Выйдя в большой холл, Исидзима сразу же подошел к Масу, сидящему в кресле у входа. Швейцар встал и поклонился.
— Масу!
— Да, Исидзима-сан?
— Вы окончательно распустились. Моему терпению пришел конец.
Масу поклонился ниже:
— Не понимаю, Исидзима-сан. Извините.
— Молчать! — шепотом сказал Исидзима. — Я еще не выбрал наказания: или просто пристрелить вас как собаку, или сказать своим людям, чтобы они обработали вас внизу, в подвале.
— Исидзима-сан, за что?
— Вы что, считаете, что у вас есть покровители?
— Исидзима-сан...
— Молчать. Если этот покровитель у вас и есть, он опоздает.
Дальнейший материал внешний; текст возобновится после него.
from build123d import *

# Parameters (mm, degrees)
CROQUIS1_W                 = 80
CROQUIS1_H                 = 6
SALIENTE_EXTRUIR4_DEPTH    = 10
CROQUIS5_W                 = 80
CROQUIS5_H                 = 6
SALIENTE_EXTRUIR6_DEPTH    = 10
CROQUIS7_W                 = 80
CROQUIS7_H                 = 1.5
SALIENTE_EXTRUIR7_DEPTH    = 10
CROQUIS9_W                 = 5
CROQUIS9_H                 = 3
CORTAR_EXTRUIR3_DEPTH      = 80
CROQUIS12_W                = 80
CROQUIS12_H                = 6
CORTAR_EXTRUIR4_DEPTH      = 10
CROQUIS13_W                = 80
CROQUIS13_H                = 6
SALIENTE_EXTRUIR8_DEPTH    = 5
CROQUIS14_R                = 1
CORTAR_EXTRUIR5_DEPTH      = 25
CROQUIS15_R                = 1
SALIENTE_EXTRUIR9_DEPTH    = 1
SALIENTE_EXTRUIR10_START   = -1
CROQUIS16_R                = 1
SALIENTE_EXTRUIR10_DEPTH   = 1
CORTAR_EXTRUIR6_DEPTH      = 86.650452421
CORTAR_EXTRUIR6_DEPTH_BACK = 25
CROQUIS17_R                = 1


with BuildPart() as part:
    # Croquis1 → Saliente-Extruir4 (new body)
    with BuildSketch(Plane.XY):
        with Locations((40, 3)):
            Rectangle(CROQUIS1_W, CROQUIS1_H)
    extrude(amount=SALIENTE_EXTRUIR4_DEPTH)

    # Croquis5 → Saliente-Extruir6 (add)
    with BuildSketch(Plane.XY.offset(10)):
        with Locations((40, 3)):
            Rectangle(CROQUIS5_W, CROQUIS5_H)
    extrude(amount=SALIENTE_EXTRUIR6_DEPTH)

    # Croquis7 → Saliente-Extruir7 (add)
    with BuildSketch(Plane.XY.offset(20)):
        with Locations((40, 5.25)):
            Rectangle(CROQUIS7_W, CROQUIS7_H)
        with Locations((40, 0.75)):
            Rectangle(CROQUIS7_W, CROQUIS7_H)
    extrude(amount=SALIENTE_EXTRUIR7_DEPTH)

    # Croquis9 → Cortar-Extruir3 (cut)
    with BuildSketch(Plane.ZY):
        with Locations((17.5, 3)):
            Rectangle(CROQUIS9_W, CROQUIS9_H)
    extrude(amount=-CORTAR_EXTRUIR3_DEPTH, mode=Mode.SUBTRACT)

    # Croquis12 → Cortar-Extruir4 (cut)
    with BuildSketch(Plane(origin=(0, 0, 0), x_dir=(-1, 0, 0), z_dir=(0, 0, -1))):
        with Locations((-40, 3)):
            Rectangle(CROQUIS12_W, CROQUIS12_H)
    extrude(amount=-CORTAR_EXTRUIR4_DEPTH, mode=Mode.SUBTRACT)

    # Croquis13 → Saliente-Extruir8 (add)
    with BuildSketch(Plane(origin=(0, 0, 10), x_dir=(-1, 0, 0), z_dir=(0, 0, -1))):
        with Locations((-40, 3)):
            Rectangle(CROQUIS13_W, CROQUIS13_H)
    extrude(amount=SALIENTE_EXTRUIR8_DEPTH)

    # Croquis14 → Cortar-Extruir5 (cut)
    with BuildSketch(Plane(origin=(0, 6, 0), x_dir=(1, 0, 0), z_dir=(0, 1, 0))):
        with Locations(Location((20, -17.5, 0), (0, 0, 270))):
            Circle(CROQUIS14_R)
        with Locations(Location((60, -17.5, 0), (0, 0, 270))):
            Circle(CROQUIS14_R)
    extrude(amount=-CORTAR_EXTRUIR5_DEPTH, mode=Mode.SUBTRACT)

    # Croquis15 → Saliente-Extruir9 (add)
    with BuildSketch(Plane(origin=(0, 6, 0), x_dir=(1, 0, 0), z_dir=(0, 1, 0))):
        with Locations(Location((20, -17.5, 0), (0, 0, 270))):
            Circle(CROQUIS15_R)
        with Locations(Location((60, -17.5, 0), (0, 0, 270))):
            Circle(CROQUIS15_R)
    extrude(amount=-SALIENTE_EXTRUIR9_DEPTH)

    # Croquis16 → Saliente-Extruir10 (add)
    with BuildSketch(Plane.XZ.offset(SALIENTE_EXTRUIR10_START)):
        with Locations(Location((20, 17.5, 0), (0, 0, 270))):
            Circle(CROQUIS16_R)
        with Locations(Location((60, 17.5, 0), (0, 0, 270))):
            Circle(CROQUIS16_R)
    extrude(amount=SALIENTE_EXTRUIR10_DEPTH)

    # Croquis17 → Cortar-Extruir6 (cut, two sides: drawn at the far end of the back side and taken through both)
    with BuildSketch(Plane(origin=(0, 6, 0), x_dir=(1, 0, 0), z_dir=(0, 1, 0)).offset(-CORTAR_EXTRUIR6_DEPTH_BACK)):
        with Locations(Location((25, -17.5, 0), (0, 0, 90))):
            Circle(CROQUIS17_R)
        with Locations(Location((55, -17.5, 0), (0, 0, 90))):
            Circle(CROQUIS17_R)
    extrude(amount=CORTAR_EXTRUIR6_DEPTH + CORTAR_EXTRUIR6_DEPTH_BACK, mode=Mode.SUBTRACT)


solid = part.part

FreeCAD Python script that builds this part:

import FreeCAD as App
import Part
import Sketcher
from FreeCAD import Vector
Q = App.Units.Quantity


def add_polygon(sketch, points):
    """Adds a closed chain of lines whose ends are joined by coincident constraints."""
    first, n = sketch.GeometryCount, len(points)
    for a, b in zip(points, points[1:] + points[:1]):
        sketch.addGeometry(Part.LineSegment(App.Vector(*a, 0), App.Vector(*b, 0)), False)
    for i in range(n):
        sketch.addConstraint(Sketcher.Constraint("Coincident", first + i, 2, first + (i + 1) % n, 1))

doc = App.newDocument("Part")
body = doc.addObject("PartDesign::Body", "Body")

# Sketch on XY plane
sketch1 = body.newObject("Sketcher::SketchObject", "Sketch")
sketch1.AttachmentSupport = (doc.getObject("XY_Plane"), [""])
sketch1.MapMode = "FlatFace"
add_polygon(sketch1, [(0, 6), (0, 0), (80, 0), (80, 6)])  # lines 0-3
sketch1.addConstraint([
    Sketcher.Constraint("Vertical", 0),
    Sketcher.Constraint("Horizontal", 1),
    Sketcher.Constraint("Vertical", 2),
    Sketcher.Constraint("Horizontal", 3),
    Sketcher.Constraint("Coincident", 0, 2, -1, 1),
    Sketcher.Constraint("DistanceX", 1, 1, 1, 2, Q("80 mm")),
    Sketcher.Constraint("DistanceY", 0, 2, 0, 1, Q("6 mm")),
])
pad1 = body.newObject("PartDesign::Pad", "Pad")
pad1.Profile = sketch1
pad1.Length = 10

# Sketch on XY plane
sketch2 = body.newObject("Sketcher::SketchObject", "Sketch001")
sketch2.AttachmentSupport = (doc.getObject("XY_Plane"), [""])
sketch2.MapMode = "FlatFace"
sketch2.AttachmentOffset = App.Placement(Vector(0, 0, 10), App.Rotation())
add_polygon(sketch2, [(0, 6), (0, 0), (80, 0), (80, 6)])  # lines 0-3
sketch2.addConstraint([
    Sketcher.Constraint("Vertical", 0),
    Sketcher.Constraint("Horizontal", 1),
    Sketcher.Constraint("Vertical", 2),
    Sketcher.Constraint("Horizontal", 3),
    Sketcher.Constraint("Coincident", 0, 2, -1, 1),
    Sketcher.Constraint("DistanceX", 1, 1, 1, 2, Q("80 mm")),
    Sketcher.Constraint("DistanceY", 0, 2, 0, 1, Q("6 mm")),
])
pad2 = body.newObject("PartDesign::Pad", "Pad001")
pad2.Profile = sketch2
pad2.Length = 10

# Sketch on XY plane
sketch3 = body.newObject("Sketcher::SketchObject", "Sketch002")
sketch3.AttachmentSupport = (doc.getObject("XY_Plane"), [""])
sketch3.MapMode = "FlatFace"
sketch3.AttachmentOffset = App.Placement(Vector(0, 0, 20), App.Rotation())
add_polygon(sketch3, [(0, 6), (0, 4.5), (80, 4.5), (80, 6)])  # lines 0-3
add_polygon(sketch3, [(0, 1.5), (0, 0), (80, 0), (80, 1.5)])  # lines 4-7
sketch3.addConstraint([
    Sketcher.Constraint("Vertical", 0),
    Sketcher.Constraint("Horizontal", 1),
    Sketcher.Constraint("Vertical", 2),
    Sketcher.Constraint("Horizontal", 3),
    Sketcher.Constraint("Vertical", 4),
    Sketcher.Constraint("Horizontal", 5),
    Sketcher.Constraint("Vertical", 6),
    Sketcher.Constraint("Horizontal", 7),
    Sketcher.Constraint("Coincident", 4, 2, -1, 1),
    Sketcher.Constraint("PointOnObject", 0, 2, -2),
    Sketcher.Constraint("Vertical", 2, 2, 5, 2),
    Sketcher.Constraint("Equal", 2, 4),
    Sketcher.Constraint("DistanceX", 1, 1, 1, 2, Q("80 mm")),
    Sketcher.Constraint("DistanceY", 0, 2, 0, 1, Q("1.5 mm")),
    Sketcher.Constraint("DistanceY", -1, 1, 2, 2, Q("6 mm")),
])
pad3 = body.newObject("PartDesign::Pad", "Pad002")
pad3.Profile = sketch3
pad3.Length = 10

# Sketch on YZ plane
sketch4 = body.newObject("Sketcher::SketchObject", "Sketch003")
sketch4.AttachmentSupport = (doc.getObject("YZ_Plane"), [""])
sketch4.MapMode = "FlatFace"
add_polygon(sketch4, [(4.5, 15), (1.5, 15), (1.5, 20), (4.5, 20)])  # lines 0-3
sketch4.addConstraint([
    Sketcher.Constraint("Horizontal", 0),
    Sketcher.Constraint("Vertical", 1),
    Sketcher.Constraint("Horizontal", 2),
    Sketcher.Constraint("Vertical", 3),
    Sketcher.Constraint("DistanceX", 0, 2, 0, 1, Q("3 mm")),
    Sketcher.Constraint("DistanceY", 1, 1, 1, 2, Q("5 mm")),
    Sketcher.Constraint("DistanceY", -1, 1, 0, 2, Q("15 mm")),
    Sketcher.Constraint("DistanceX", -1, 1, 0, 2, Q("1.5 mm")),
])
pocket1 = body.newObject("PartDesign::Pocket", "Pocket")
pocket1.Profile = sketch4
pocket1.Length = 80
pocket1.Reversed = True

# Sketch on XY plane
sketch5 = body.newObject("Sketcher::SketchObject", "Sketch004")
sketch5.AttachmentSupport = (doc.getObject("XY_Plane"), [""])
sketch5.MapMode = "FlatFace"
add_polygon(sketch5, [(80, 6), (80, 0), (0, 0), (0, 6)])  # lines 0-3
sketch5.addConstraint([
    Sketcher.Constraint("Vertical", 0),
    Sketcher.Constraint("Horizontal", 1),
    Sketcher.Constraint("Vertical", 2),
    Sketcher.Constraint("Horizontal", 3),
    Sketcher.Constraint("Coincident", 1, 2, -1, 1),
    Sketcher.Constraint("DistanceX", 1, 2, 1, 1, Q("80 mm")),
    Sketcher.Constraint("DistanceY", 0, 2, 0, 1, Q("6 mm")),
])
pocket2 = body.newObject("PartDesign::Pocket", "Pocket001")
pocket2.Profile = sketch5
pocket2.Length = 10
pocket2.Reversed = True

# Sketch on XY plane
sketch6 = body.newObject("Sketcher::SketchObject", "Sketch005")
sketch6.AttachmentSupport = (doc.getObject("XY_Plane"), [""])
sketch6.MapMode = "FlatFace"
sketch6.AttachmentOffset = App.Placement(Vector(0, 0, 10), App.Rotation())
add_polygon(sketch6, [(80, 6), (80, 0), (0, 0), (0, 6)])  # lines 0-3
sketch6.addConstraint([
    Sketcher.Constraint("Vertical", 0),
    Sketcher.Constraint("Horizontal", 1),
    Sketcher.Constraint("Vertical", 2),
    Sketcher.Constraint("Horizontal", 3),
    Sketcher.Constraint("Coincident", 1, 2, -1, 1),
    Sketcher.Constraint("DistanceX", 1, 2, 1, 1, Q("80 mm")),
    Sketcher.Constraint("DistanceY", 0, 2, 0, 1, Q("6 mm")),
])
pad4 = body.newObject("PartDesign::Pad", "Pad003")
pad4.Profile = sketch6
pad4.Length = 5
pad4.Reversed = True

# Sketch on XZ plane
sketch7 = body.newObject("Sketcher::SketchObject", "Sketch006")
sketch7.AttachmentSupport = (doc.getObject("XZ_Plane"), [""])
sketch7.MapMode = "FlatFace"
sketch7.AttachmentOffset = App.Placement(Vector(0, 0, -6), App.Rotation())
sketch7.addGeometry([
    Part.Circle(Vector(20, 17.5, 0), Vector(0, 0, 1), 1),
    Part.Circle(Vector(60, 17.5, 0), Vector(0, 0, 1), 1),
], False)
sketch7.addConstraint([
    Sketcher.Constraint("Equal", 0, 1),
    Sketcher.Constraint("Horizontal", 0, 3, 1, 3),
    Sketcher.Constraint("Diameter", 0, Q("2 mm")),
    Sketcher.Constraint("DistanceX", -1, 1, 0, 3, Q("20 mm")),
    Sketcher.Constraint("DistanceX", -1, 1, 1, 3, Q("60 mm")),
    Sketcher.Constraint("DistanceY", -1, 1, 0, 3, Q("17.5 mm")),
])
pocket3 = body.newObject("PartDesign::Pocket", "Pocket002")
pocket3.Profile = sketch7
pocket3.Length = 25
pocket3.Reversed = True

# Sketch on XZ plane
sketch8 = body.newObject("Sketcher::SketchObject", "Sketch007")
sketch8.AttachmentSupport = (doc.getObject("XZ_Plane"), [""])
sketch8.MapMode = "FlatFace"
sketch8.AttachmentOffset = App.Placement(Vector(0, 0, -6), App.Rotation())
sketch8.addGeometry([
    Part.Circle(Vector(20, 17.5, 0), Vector(0, 0, 1), 1),
    Part.Circle(Vector(60, 17.5, 0), Vector(0, 0, 1), 1),
], False)
sketch8.addConstraint([
    Sketcher.Constraint("Equal", 0, 1),
    Sketcher.Constraint("Horizontal", 0, 3, 1, 3),
    Sketcher.Constraint("Diameter", 0, Q("2 mm")),
    Sketcher.Constraint("DistanceX", -1, 1, 0, 3, Q("20 mm")),
    Sketcher.Constraint("DistanceX", -1, 1, 1, 3, Q("60 mm")),
    Sketcher.Constraint("DistanceY", -1, 1, 0, 3, Q("17.5 mm")),
])
pad5 = body.newObject("PartDesign::Pad", "Pad004")
pad5.Profile = sketch8
pad5.Length = 1

# Sketch on XZ plane
sketch9 = body.newObject("Sketcher::SketchObject", "Sketch008")
sketch9.AttachmentSupport = (doc.getObject("XZ_Plane"), [""])
sketch9.MapMode = "FlatFace"
sketch9.AttachmentOffset = App.Placement(Vector(0, 0, -1), App.Rotation())
sketch9.addGeometry([
    Part.Circle(Vector(20, 17.5, 0), Vector(0, 0, 1), 1),
    Part.Circle(Vector(60, 17.5, 0), Vector(0, 0, 1), 1),
], False)
sketch9.addConstraint([
    Sketcher.Constraint("Equal", 0, 1),
    Sketcher.Constraint("Horizontal", 0, 3, 1, 3),
    Sketcher.Constraint("Diameter", 0, Q("2 mm")),
    Sketcher.Constraint("DistanceX", -1, 1, 0, 3, Q("20 mm")),
    Sketcher.Constraint("DistanceX", -1, 1, 1, 3, Q("60 mm")),
    Sketcher.Constraint("DistanceY", -1, 1, 0, 3, Q("17.5 mm")),
])
pad6 = body.newObject("PartDesign::Pad", "Pad005")
pad6.Profile = sketch9
pad6.Length = 1

# Sketch on XZ plane
sketch10 = body.newObject("Sketcher::SketchObject", "Sketch009")
sketch10.AttachmentSupport = (doc.getObject("XZ_Plane"), [""])
sketch10.MapMode = "FlatFace"
sketch10.AttachmentOffset = App.Placement(Vector(0, 0, -6), App.Rotation())
sketch10.addGeometry([
    Part.Circle(Vector(25, 17.5, 0), Vector(0, 0, 1), 1),
    Part.Circle(Vector(55, 17.5, 0), Vector(0, 0, 1), 1),
], False)
sketch10.addConstraint([
    Sketcher.Constraint("Equal", 0, 1),
    Sketcher.Constraint("Horizontal", 0, 3, 1, 3),
    Sketcher.Constraint("Diameter", 0, Q("2 mm")),
    Sketcher.Constraint("DistanceX", -1, 1, 0, 3, Q("25 mm")),
    Sketcher.Constraint("DistanceX", -1, 1, 1, 3, Q("55 mm")),
    Sketcher.Constraint("DistanceY", -1, 1, 0, 3, Q("17.5 mm")),
])
pocket4 = body.newObject("PartDesign::Pocket", "Pocket003")
pocket4.Profile = sketch10
pocket4.Type = "ThroughAll"
pocket4.Midplane = True

doc.recompute()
Вы уже будете харкать кровью, когда он узнает. Вы грубейшим образом нарушили устав отеля.
Все это Исидзима говорил улыбаясь, и лицо Масу скривилось.
— Вы знаете, какое время мы сейчас переживаем?
— Исидзима-сан.
— Повторяю: вы знаете, какое время мы сейчас переживаем?
— Нет, Исидзима-сан.
— Время, когда империя напрягает последние силы в смертельной схватке.